Douglas A. McIntyre is the co-founder, chief executive officer and editor in chief of 24/7 Wall St. and 24/7 Tempo. He has held these jobs since 2006.

McIntyre has written thousands of articles for 24/7 Wall St. He is an expert on corporate finance, the automotive industry, media companies and international finance. He has edited articles on national demographics, sports, personal income and travel.

His work has been quoted or mentioned in The New York Times, The Wall Street Journal, Los Angeles Times, The Washington Post, NBC News, Time, The New Yorker, HuffPost USA Today, Business Insider, Yahoo, AOL, MarketWatch, The Atlantic, Bloomberg, New York Post, Chicago Tribune, Forbes, The Guardian and many other major publications. McIntyre has been a guest on CNBC, the BBC and television and radio stations across the country.

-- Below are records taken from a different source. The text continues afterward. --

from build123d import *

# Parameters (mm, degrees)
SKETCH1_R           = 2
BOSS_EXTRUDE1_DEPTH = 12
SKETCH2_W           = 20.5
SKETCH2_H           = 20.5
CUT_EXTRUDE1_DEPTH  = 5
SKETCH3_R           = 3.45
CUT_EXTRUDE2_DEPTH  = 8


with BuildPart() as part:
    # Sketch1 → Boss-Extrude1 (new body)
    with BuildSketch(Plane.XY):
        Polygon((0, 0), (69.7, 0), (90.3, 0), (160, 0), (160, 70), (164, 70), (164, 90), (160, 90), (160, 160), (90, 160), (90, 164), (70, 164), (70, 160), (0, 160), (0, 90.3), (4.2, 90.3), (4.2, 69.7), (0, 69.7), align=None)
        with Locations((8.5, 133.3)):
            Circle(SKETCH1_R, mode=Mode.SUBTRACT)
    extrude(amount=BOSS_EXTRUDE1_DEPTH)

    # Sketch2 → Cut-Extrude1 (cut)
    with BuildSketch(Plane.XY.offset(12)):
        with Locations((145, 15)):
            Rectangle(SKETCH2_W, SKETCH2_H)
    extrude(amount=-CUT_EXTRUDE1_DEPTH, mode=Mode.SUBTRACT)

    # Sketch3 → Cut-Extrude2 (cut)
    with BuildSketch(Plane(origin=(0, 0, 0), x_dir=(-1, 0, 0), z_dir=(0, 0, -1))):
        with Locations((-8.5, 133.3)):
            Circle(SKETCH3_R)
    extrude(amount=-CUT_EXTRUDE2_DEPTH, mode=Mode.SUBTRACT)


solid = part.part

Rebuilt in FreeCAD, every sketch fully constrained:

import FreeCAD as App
import Part
import Sketcher


def add_polygon(sketch, points):
    """Adds a closed chain of lines whose ends are joined by coincident constraints."""
    first, n = sketch.GeometryCount, len(points)
    for a, b in zip(points, points[1:] + points[:1]):
        sketch.addGeometry(Part.LineSegment(App.Vector(*a, 0), App.Vector(*b, 0)), False)
    for i in range(n):
        sketch.addConstraint(Sketcher.Constraint("Coincident", first + i, 2, first + (i + 1) % n, 1))

doc = App.newDocument("Part")
body = doc.addObject("PartDesign::Body", "Body")

# Sketch on XY plane
sketch1 = body.newObject("Sketcher::SketchObject", "Sketch")
sketch1.AttachmentSupport = (doc.getObject("XY_Plane"), [""])
sketch1.MapMode = "FlatFace"
add_polygon(sketch1, [(0, 0), (160, 0), (160, 70), (164, 70), (164, 90), (160, 90), (160, 160), (90, 160), (90, 164), (70, 164), (70, 160), (0, 160), (0, 90.3), (4.2, 90.3), (4.2, 69.7), (0, 69.7)])  # lines 0-15
sketch1.addGeometry(Part.Circle(App.Vector(8.5, 133.3, 0), App.Vector(0, 0, 1), 2), False)  # 16
sketch1.addConstraint([
    Sketcher.Constraint("Horizontal", 0),
    Sketcher.Constraint("Vertical", 1),
    Sketcher.Constraint("Horizontal", 2),
    Sketcher.Constraint("Vertical", 3),
    Sketcher.Constraint("Horizontal", 4),
    Sketcher.Constraint("Vertical", 5),
    Sketcher.Constraint("Horizontal", 6),
    Sketcher.Constraint("Vertical", 7),
    Sketcher.Constraint("Horizontal", 8),
    Sketcher.Constraint("Vertical", 9),
    Sketcher.Constraint("Horizontal", 10),
    Sketcher.Constraint("Vertical", 11),
    Sketcher.Constraint("Horizontal", 12),
    Sketcher.Constraint("Vertical", 13),
    Sketcher.Constraint("Horizontal", 14),
    Sketcher.Constraint("Vertical", 15),
    Sketcher.Constraint("Coincident", 15, 2, -1, 1),
    Sketcher.Constraint("PointOnObject", 10, 2, -2),
    Sketcher.Constraint("Horizontal", 6, 2, 9, 2),
    Sketcher.Constraint("Vertical", 1, 2, 4, 2),
    Sketcher.Constraint("Equal", 6, 10),
    Sketcher.Constraint("Equal", 10, 1),
    Sketcher.Constraint("Equal", 8, 3),
    Sketcher.Constraint("Equal", 1, 5),
    Sketcher.Constraint("Equal", 4, 7),
    Sketcher.Constraint("Equal", 11, 15),
    Sketcher.Constraint("Diameter", 16, 4.0),
    Sketcher.Constraint("DistanceX", 0, 1, 0, 2, 160.0),
    Sketcher.Constraint("DistanceX", 2, 1, 2, 2, 4.0),
    Sketcher.Constraint("DistanceX", 6, 2, 6, 1, 70.0),
    Sketcher.Constraint("DistanceX", 12, 1, 12, 2, 4.2),
    Sketcher.Constraint("DistanceY", 11, 2, 11, 1, 69.7),
    Sketcher.Constraint("DistanceY", 11, 2, 16, 3, 43.0),
    Sketcher.Constraint("DistanceX", -1, 1, 16, 3, 8.5),
])
pad1 = body.newObject("PartDesign::Pad", "Pad")
pad1.Profile = sketch1
pad1.Length = 12

# Sketch on XY plane
sketch2 = body.newObject("Sketcher::SketchObject", "Sketch001")
sketch2.AttachmentSupport = (doc.getObject("XY_Plane"), [""])
sketch2.MapMode = "FlatFace"
sketch2.AttachmentOffset = App.Placement(App.Vector(0, 0, 12), App.Rotation())
add_polygon(sketch2, [(134.75, 25.25), (134.75, 4.75), (155.25, 4.75), (155.25, 25.25)])  # lines 0-3
sketch2.addConstraint([
    Sketcher.Constraint("Vertical", 0),
    Sketcher.Constraint("Horizontal", 1),
    Sketcher.Constraint("Vertical", 2),
    Sketcher.Constraint("Horizontal", 3),
    Sketcher.Constraint("Equal", 3, 0),
    Sketcher.Constraint("DistanceX", 1, 1, 1, 2, 20.5),
    Sketcher.Constraint("DistanceX", -1, 1, 0, 2, 134.75),
    Sketcher.Constraint("DistanceY", -1, 1, 0, 2, 4.75),
])
pocket1 = body.newObject("PartDesign::Pocket", "Pocket")
pocket1.Profile = sketch2
pocket1.Length = 5

# Sketch on XY plane
sketch3 = body.newObject("Sketcher::SketchObject", "Sketch002")
sketch3.AttachmentSupport = (doc.getObject("XY_Plane"), [""])
sketch3.MapMode = "FlatFace"
sketch3.addGeometry(Part.Circle(App.Vector(8.5, 133.3, 0), App.Vector(0, 0, 1), 3.45), False)
sketch3.addConstraint([
    Sketcher.Constraint("Diameter", 0, 6.9),
    Sketcher.Constraint("DistanceX", -1, 1, 0, 3, 8.5),
    Sketcher.Constraint("DistanceY", -1, 1, 0, 3, 133.3),
])
pocket2 = body.newObject("PartDesign::Pocket", "Pocket001")
pocket2.Profile = sketch3
pocket2.Length = 8
pocket2.Reversed = True

doc.recompute()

A magna cum laude graduate of Harvard College, McIntyre also was president of The Harvard Advocate. Founded in 1866, the Advocate is the oldest college publication in the United States.

TheStreet.com, Comps.com and Edgar Online are some of the public companies for which McIntyre served on the board of directors. He was a Vicinity Corporation board member when the company was sold to Microsoft in 2002. He served on the audit committees of some of these companies.

McIntyre has been the CEO of FutureSource, a provider of trading terminals and news to commodities and futures traders. He was president of Switchboard, the online phone directory company. He served as chairman and CEO of On2 Technologies, the video compression company that provided video compression software for Adobe’s Flash. Google bought On2 in 2009.